(Saved data entries)
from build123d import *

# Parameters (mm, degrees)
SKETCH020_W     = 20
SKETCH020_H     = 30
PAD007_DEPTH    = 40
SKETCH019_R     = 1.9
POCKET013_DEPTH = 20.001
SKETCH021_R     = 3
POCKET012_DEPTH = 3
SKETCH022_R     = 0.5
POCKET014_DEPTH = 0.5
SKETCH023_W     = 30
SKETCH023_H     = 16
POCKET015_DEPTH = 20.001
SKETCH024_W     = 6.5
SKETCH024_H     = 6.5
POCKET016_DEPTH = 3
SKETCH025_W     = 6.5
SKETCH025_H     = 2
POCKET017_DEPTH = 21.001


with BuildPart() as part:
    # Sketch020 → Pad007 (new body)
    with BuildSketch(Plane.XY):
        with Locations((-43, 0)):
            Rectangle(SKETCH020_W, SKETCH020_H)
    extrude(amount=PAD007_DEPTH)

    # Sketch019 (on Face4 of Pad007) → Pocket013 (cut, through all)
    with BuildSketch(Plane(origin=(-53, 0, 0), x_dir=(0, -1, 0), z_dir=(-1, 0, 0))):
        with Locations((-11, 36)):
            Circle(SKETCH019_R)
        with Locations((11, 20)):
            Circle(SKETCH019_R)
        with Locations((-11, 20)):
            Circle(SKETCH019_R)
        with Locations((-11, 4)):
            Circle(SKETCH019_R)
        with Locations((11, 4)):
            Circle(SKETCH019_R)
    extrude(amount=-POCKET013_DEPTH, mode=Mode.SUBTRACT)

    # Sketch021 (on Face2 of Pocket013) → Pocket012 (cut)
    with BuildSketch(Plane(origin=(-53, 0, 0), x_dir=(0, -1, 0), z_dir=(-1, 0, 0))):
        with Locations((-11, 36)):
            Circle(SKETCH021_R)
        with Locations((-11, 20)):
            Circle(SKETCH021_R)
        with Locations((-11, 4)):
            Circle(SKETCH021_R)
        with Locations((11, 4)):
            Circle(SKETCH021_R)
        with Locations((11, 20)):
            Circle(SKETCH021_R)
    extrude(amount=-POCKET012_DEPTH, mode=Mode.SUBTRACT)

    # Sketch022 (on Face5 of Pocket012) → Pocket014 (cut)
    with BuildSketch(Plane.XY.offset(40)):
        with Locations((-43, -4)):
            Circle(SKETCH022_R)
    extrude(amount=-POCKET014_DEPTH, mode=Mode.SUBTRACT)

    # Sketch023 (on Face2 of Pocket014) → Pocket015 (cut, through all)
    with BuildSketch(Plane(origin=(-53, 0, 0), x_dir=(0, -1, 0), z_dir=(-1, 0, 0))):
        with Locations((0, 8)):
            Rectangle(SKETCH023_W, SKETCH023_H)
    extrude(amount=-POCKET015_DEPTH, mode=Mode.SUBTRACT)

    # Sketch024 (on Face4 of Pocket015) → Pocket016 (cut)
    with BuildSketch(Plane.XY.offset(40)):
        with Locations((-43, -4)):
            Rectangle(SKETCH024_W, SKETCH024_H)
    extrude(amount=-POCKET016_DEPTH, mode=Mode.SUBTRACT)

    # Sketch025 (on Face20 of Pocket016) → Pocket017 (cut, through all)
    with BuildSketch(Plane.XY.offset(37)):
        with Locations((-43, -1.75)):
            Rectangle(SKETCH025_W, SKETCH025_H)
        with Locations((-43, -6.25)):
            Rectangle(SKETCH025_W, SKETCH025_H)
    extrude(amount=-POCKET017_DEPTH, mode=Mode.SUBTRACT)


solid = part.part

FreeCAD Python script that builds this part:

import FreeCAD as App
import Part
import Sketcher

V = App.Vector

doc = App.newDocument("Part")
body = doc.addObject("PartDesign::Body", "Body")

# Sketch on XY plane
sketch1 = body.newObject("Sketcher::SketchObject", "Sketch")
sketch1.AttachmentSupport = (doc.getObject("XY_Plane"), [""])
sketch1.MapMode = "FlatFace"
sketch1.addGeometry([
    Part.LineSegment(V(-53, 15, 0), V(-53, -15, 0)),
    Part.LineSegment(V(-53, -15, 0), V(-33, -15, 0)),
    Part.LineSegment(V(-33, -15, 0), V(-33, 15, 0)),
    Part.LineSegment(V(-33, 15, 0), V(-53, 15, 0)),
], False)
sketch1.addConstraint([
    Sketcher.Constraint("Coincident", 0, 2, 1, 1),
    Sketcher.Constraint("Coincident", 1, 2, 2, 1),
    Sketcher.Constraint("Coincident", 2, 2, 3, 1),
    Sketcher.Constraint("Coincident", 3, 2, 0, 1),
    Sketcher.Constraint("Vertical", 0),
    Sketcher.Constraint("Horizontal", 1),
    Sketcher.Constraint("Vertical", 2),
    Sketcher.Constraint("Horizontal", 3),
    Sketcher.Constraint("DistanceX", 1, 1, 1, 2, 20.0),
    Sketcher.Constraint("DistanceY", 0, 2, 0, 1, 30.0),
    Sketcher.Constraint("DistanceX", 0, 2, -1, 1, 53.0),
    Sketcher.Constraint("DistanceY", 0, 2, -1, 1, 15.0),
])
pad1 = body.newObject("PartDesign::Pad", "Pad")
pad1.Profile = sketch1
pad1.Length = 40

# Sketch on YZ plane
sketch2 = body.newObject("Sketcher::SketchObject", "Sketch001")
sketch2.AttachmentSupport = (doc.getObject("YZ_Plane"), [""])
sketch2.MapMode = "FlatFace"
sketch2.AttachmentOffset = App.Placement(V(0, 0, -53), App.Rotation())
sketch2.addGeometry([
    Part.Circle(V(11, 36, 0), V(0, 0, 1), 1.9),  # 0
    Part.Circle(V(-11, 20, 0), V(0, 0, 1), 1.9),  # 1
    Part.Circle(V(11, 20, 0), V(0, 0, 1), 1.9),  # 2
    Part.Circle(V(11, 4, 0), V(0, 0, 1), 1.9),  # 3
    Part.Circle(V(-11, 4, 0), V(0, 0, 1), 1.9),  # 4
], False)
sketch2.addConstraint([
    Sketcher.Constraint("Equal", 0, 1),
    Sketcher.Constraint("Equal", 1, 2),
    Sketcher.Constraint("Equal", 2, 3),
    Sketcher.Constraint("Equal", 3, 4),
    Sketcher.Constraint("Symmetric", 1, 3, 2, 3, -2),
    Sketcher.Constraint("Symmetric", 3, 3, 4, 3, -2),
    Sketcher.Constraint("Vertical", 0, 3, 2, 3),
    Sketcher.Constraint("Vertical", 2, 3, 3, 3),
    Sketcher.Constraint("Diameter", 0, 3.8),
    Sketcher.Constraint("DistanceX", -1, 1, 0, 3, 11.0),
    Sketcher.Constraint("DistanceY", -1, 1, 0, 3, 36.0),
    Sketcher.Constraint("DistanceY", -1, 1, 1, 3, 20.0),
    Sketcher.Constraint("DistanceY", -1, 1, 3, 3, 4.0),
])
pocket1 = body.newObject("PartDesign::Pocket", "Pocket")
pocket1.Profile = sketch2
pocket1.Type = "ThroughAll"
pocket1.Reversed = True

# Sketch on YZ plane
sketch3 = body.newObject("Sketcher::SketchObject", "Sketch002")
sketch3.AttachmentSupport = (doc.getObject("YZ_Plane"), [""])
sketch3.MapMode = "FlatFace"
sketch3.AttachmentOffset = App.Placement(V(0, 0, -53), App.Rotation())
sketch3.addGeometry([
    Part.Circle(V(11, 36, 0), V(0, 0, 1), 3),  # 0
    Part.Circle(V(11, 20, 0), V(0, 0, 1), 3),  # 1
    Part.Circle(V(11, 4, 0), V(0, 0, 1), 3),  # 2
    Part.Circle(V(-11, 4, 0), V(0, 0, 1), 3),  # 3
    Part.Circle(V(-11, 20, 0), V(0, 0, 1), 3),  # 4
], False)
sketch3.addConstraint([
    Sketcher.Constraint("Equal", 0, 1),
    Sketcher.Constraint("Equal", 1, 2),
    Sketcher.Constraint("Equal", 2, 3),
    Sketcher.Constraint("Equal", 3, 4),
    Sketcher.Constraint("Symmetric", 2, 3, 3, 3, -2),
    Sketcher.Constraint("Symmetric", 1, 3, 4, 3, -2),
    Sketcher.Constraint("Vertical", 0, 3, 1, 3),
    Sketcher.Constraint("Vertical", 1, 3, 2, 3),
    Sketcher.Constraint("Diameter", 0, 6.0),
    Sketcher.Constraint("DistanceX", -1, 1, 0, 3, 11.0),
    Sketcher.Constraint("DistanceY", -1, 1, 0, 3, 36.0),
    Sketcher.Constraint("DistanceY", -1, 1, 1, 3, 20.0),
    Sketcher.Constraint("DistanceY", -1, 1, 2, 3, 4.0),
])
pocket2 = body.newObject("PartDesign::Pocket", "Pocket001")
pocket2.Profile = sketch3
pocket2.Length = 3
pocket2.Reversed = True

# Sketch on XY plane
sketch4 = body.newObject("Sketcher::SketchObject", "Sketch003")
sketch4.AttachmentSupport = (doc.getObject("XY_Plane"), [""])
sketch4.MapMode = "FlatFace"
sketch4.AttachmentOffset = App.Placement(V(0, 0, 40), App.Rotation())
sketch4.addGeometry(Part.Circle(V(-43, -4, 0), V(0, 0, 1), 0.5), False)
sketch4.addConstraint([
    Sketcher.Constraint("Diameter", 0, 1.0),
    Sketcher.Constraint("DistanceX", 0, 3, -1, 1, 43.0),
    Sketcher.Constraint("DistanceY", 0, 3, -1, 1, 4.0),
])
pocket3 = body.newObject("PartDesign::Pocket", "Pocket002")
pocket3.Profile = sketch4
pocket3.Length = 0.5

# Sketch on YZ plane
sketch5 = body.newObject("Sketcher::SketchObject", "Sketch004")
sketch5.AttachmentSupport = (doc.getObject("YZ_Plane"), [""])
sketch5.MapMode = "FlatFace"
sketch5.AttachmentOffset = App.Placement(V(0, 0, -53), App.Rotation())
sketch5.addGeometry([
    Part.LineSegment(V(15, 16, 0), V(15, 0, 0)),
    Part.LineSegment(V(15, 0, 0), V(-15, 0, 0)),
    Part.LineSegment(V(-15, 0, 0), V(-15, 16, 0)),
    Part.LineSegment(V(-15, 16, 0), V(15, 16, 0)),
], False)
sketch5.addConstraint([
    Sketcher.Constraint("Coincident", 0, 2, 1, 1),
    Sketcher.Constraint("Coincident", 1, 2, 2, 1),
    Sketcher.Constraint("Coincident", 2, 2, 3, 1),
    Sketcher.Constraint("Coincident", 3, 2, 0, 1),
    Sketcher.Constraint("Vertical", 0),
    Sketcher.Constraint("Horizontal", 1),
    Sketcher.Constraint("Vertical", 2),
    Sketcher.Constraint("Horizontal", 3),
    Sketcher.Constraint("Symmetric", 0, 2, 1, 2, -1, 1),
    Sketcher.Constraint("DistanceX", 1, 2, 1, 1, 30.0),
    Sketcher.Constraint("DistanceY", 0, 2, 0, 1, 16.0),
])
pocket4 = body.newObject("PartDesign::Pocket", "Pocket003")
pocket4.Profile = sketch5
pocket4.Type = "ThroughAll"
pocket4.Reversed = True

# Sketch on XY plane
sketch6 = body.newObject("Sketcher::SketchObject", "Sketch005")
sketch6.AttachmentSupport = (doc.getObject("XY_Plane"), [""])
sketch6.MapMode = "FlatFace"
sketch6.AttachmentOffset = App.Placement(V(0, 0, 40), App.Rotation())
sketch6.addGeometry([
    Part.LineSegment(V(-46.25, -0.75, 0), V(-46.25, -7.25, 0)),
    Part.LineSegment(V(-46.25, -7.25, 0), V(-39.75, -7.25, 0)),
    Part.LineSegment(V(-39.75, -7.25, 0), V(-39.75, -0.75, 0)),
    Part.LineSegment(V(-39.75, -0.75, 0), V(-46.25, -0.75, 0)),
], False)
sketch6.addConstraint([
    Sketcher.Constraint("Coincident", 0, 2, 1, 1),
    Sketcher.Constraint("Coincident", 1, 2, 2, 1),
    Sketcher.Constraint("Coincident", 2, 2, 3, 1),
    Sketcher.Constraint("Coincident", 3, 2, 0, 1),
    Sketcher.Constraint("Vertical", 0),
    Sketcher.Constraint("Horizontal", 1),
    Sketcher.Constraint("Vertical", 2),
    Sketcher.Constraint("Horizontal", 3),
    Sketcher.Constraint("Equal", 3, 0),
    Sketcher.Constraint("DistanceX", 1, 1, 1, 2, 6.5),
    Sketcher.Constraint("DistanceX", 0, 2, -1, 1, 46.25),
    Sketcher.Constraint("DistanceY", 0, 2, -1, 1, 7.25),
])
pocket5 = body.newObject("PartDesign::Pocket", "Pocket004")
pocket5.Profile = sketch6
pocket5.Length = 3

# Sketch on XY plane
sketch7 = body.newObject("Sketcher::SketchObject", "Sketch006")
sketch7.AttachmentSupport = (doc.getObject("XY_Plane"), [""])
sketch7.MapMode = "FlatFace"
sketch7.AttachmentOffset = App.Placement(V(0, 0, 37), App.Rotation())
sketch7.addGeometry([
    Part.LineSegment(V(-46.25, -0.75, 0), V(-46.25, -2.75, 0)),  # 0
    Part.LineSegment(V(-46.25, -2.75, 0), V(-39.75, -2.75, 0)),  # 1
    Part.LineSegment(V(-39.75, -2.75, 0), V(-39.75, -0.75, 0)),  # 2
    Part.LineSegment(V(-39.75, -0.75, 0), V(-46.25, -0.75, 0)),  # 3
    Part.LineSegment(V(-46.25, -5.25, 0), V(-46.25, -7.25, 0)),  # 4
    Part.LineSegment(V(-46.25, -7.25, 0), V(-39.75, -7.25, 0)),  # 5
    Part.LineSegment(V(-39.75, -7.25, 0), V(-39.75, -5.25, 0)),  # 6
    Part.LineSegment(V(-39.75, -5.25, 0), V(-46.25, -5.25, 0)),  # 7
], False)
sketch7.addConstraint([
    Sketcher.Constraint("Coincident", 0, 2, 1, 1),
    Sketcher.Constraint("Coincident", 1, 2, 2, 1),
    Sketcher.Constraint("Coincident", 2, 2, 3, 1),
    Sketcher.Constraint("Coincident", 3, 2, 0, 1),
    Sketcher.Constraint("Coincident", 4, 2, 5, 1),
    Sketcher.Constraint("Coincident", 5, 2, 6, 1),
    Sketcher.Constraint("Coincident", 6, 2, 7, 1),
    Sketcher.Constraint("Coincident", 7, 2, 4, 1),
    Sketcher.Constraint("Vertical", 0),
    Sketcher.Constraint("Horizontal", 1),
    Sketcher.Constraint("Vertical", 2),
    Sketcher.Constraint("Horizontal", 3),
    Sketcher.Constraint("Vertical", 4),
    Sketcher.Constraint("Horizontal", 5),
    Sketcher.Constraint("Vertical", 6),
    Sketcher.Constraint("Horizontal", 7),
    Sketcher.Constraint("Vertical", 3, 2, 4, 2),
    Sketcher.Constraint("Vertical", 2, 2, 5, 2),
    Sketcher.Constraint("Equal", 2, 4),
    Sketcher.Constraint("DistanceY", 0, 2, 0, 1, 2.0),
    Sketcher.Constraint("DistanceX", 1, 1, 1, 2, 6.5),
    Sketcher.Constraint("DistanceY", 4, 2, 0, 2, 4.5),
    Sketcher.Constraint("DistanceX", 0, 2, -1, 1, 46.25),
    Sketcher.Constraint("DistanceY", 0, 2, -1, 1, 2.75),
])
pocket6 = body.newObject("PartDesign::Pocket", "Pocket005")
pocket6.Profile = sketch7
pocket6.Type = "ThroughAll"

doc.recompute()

---

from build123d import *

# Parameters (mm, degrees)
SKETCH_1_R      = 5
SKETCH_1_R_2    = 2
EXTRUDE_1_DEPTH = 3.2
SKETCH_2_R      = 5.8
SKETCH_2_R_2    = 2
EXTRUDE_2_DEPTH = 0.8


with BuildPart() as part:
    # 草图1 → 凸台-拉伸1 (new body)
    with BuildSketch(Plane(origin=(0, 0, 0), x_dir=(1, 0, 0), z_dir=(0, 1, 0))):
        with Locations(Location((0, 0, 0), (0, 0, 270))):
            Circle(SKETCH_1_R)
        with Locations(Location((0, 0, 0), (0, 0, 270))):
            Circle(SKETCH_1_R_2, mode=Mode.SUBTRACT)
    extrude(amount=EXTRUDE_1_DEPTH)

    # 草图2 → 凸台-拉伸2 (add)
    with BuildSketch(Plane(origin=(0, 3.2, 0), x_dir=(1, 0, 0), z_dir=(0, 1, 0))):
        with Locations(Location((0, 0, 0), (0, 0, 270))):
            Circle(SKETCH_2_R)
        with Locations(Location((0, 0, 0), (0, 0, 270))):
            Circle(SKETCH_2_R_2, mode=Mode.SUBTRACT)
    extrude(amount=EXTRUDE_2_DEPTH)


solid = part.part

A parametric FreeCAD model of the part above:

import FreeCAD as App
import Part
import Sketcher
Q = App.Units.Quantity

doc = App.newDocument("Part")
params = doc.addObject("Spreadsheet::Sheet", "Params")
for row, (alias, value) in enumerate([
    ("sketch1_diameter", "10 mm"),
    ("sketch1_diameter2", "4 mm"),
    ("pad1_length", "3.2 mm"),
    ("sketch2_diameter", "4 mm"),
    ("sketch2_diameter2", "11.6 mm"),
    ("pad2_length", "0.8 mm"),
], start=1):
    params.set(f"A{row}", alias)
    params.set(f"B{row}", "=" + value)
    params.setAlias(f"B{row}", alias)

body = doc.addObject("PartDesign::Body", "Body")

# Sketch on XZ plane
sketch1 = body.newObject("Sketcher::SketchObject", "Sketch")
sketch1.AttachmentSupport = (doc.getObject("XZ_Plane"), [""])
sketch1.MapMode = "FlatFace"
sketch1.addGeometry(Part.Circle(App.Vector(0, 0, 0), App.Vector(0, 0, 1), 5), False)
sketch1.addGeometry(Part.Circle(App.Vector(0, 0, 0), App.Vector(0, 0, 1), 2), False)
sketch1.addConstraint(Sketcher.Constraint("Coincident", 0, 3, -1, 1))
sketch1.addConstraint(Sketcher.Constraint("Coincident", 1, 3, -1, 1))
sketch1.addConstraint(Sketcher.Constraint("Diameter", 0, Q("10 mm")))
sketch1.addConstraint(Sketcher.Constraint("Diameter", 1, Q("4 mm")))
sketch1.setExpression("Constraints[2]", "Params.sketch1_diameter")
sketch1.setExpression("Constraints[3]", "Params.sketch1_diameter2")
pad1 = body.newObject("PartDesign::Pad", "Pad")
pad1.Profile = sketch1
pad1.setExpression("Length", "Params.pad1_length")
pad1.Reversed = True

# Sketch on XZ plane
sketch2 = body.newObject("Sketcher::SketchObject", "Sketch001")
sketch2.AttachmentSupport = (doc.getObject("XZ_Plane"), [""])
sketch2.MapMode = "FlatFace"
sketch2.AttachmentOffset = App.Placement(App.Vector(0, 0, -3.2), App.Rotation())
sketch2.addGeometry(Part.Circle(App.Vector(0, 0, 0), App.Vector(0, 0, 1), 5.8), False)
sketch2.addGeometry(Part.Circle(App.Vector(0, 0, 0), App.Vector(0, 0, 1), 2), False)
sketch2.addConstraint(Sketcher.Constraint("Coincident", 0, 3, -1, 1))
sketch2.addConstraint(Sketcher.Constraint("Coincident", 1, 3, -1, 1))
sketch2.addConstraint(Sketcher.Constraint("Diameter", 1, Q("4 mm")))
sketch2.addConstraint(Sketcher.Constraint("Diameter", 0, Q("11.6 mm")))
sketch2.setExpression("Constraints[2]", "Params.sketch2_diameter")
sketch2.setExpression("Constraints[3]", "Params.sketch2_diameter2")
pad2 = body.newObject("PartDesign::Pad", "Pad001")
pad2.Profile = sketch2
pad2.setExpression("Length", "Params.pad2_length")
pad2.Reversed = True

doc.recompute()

--

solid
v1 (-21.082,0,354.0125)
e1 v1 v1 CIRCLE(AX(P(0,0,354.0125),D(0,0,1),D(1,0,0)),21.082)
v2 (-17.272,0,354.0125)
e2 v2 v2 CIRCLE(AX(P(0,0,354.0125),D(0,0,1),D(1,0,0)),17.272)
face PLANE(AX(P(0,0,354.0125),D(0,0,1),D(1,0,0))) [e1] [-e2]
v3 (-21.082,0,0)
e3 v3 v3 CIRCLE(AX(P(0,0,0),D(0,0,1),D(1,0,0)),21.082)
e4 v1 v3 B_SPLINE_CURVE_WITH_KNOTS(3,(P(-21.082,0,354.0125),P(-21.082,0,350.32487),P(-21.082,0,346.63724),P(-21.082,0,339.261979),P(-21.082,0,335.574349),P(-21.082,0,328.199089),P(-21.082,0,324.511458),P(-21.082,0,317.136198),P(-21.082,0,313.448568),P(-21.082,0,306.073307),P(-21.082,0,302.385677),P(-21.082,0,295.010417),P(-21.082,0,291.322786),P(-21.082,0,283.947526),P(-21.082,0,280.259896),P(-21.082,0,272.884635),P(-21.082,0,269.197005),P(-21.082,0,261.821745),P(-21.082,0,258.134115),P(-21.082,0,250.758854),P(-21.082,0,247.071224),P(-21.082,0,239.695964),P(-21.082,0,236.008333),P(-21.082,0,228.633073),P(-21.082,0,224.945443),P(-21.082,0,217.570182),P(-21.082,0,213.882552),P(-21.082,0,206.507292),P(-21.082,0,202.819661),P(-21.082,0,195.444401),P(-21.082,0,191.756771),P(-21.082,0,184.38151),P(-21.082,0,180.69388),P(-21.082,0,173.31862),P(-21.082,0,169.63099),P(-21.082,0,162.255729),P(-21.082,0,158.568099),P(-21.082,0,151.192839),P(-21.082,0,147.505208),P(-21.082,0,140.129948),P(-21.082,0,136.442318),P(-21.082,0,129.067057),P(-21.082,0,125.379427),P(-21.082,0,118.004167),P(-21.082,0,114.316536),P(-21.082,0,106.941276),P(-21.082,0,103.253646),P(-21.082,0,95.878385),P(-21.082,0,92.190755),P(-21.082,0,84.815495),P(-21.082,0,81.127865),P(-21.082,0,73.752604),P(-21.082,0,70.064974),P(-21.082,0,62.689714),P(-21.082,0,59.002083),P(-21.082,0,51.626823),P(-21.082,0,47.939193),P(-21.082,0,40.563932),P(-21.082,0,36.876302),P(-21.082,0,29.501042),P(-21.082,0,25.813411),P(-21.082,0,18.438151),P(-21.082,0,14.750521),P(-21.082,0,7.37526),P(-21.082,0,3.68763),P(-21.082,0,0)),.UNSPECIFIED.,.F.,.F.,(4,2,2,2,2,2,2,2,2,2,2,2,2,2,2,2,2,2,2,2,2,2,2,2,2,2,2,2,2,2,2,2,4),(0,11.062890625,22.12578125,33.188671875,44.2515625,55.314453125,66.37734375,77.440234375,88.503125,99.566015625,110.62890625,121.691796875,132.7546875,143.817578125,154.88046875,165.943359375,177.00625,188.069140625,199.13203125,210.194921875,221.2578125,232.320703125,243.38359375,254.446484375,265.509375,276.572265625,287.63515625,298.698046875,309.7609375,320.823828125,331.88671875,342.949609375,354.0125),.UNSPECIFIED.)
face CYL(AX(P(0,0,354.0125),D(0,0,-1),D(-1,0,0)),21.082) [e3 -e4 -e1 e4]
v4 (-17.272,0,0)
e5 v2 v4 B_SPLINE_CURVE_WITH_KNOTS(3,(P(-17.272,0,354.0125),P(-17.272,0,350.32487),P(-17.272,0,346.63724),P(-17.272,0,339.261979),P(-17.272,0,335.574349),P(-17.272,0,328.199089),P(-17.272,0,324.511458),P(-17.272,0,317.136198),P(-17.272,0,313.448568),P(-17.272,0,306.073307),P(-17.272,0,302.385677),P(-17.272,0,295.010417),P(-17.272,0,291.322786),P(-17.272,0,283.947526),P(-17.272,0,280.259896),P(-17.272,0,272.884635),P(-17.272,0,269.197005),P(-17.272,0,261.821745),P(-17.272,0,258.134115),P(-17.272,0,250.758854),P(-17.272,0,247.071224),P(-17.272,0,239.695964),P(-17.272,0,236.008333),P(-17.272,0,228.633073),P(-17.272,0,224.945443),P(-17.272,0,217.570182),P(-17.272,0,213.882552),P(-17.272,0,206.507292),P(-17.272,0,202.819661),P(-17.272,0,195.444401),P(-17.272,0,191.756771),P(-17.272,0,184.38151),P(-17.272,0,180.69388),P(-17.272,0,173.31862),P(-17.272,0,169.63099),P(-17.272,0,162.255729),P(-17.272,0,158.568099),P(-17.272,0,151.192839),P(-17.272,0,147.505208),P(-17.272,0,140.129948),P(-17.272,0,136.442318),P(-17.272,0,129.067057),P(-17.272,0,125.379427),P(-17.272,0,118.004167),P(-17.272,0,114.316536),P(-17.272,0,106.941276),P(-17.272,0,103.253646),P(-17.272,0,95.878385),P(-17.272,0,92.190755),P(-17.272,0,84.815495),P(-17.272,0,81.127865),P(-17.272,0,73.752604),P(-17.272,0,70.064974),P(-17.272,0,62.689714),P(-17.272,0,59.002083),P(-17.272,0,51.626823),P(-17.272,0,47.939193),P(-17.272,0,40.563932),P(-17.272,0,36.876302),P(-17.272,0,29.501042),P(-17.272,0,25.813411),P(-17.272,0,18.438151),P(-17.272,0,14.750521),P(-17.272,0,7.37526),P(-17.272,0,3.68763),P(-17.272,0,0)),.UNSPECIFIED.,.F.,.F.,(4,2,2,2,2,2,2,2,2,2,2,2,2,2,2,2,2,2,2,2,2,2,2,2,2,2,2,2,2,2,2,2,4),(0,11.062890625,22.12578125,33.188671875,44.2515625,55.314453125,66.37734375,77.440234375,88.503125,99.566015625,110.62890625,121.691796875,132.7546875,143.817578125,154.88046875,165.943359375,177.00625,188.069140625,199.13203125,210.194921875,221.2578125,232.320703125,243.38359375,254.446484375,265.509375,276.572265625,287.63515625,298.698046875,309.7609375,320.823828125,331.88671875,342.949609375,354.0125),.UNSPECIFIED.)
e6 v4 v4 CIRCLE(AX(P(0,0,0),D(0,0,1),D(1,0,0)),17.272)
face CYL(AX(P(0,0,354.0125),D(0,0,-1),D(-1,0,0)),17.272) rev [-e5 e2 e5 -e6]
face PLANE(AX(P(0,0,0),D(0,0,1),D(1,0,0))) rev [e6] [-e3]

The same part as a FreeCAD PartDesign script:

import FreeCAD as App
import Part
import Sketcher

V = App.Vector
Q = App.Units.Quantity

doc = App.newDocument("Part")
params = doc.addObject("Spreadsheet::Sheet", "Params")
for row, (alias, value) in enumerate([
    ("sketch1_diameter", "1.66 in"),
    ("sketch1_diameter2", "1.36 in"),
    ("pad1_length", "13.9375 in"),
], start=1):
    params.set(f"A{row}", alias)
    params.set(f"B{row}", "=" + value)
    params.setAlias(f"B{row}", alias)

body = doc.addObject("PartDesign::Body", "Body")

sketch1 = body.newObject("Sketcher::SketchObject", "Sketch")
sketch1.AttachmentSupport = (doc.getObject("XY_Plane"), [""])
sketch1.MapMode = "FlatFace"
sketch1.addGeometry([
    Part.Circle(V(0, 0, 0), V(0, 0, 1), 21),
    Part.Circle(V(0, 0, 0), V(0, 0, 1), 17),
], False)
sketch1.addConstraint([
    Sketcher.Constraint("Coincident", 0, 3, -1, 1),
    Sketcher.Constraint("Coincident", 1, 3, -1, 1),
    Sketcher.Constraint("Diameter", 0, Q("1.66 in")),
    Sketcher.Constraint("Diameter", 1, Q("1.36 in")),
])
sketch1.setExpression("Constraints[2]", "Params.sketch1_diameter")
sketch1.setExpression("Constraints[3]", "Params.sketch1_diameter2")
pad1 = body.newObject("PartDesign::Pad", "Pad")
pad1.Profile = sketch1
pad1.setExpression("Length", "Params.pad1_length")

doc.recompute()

* Task description *
For the word "amount", say how many lines of the data include it, with nothing else in the reply.

* Answer space *
9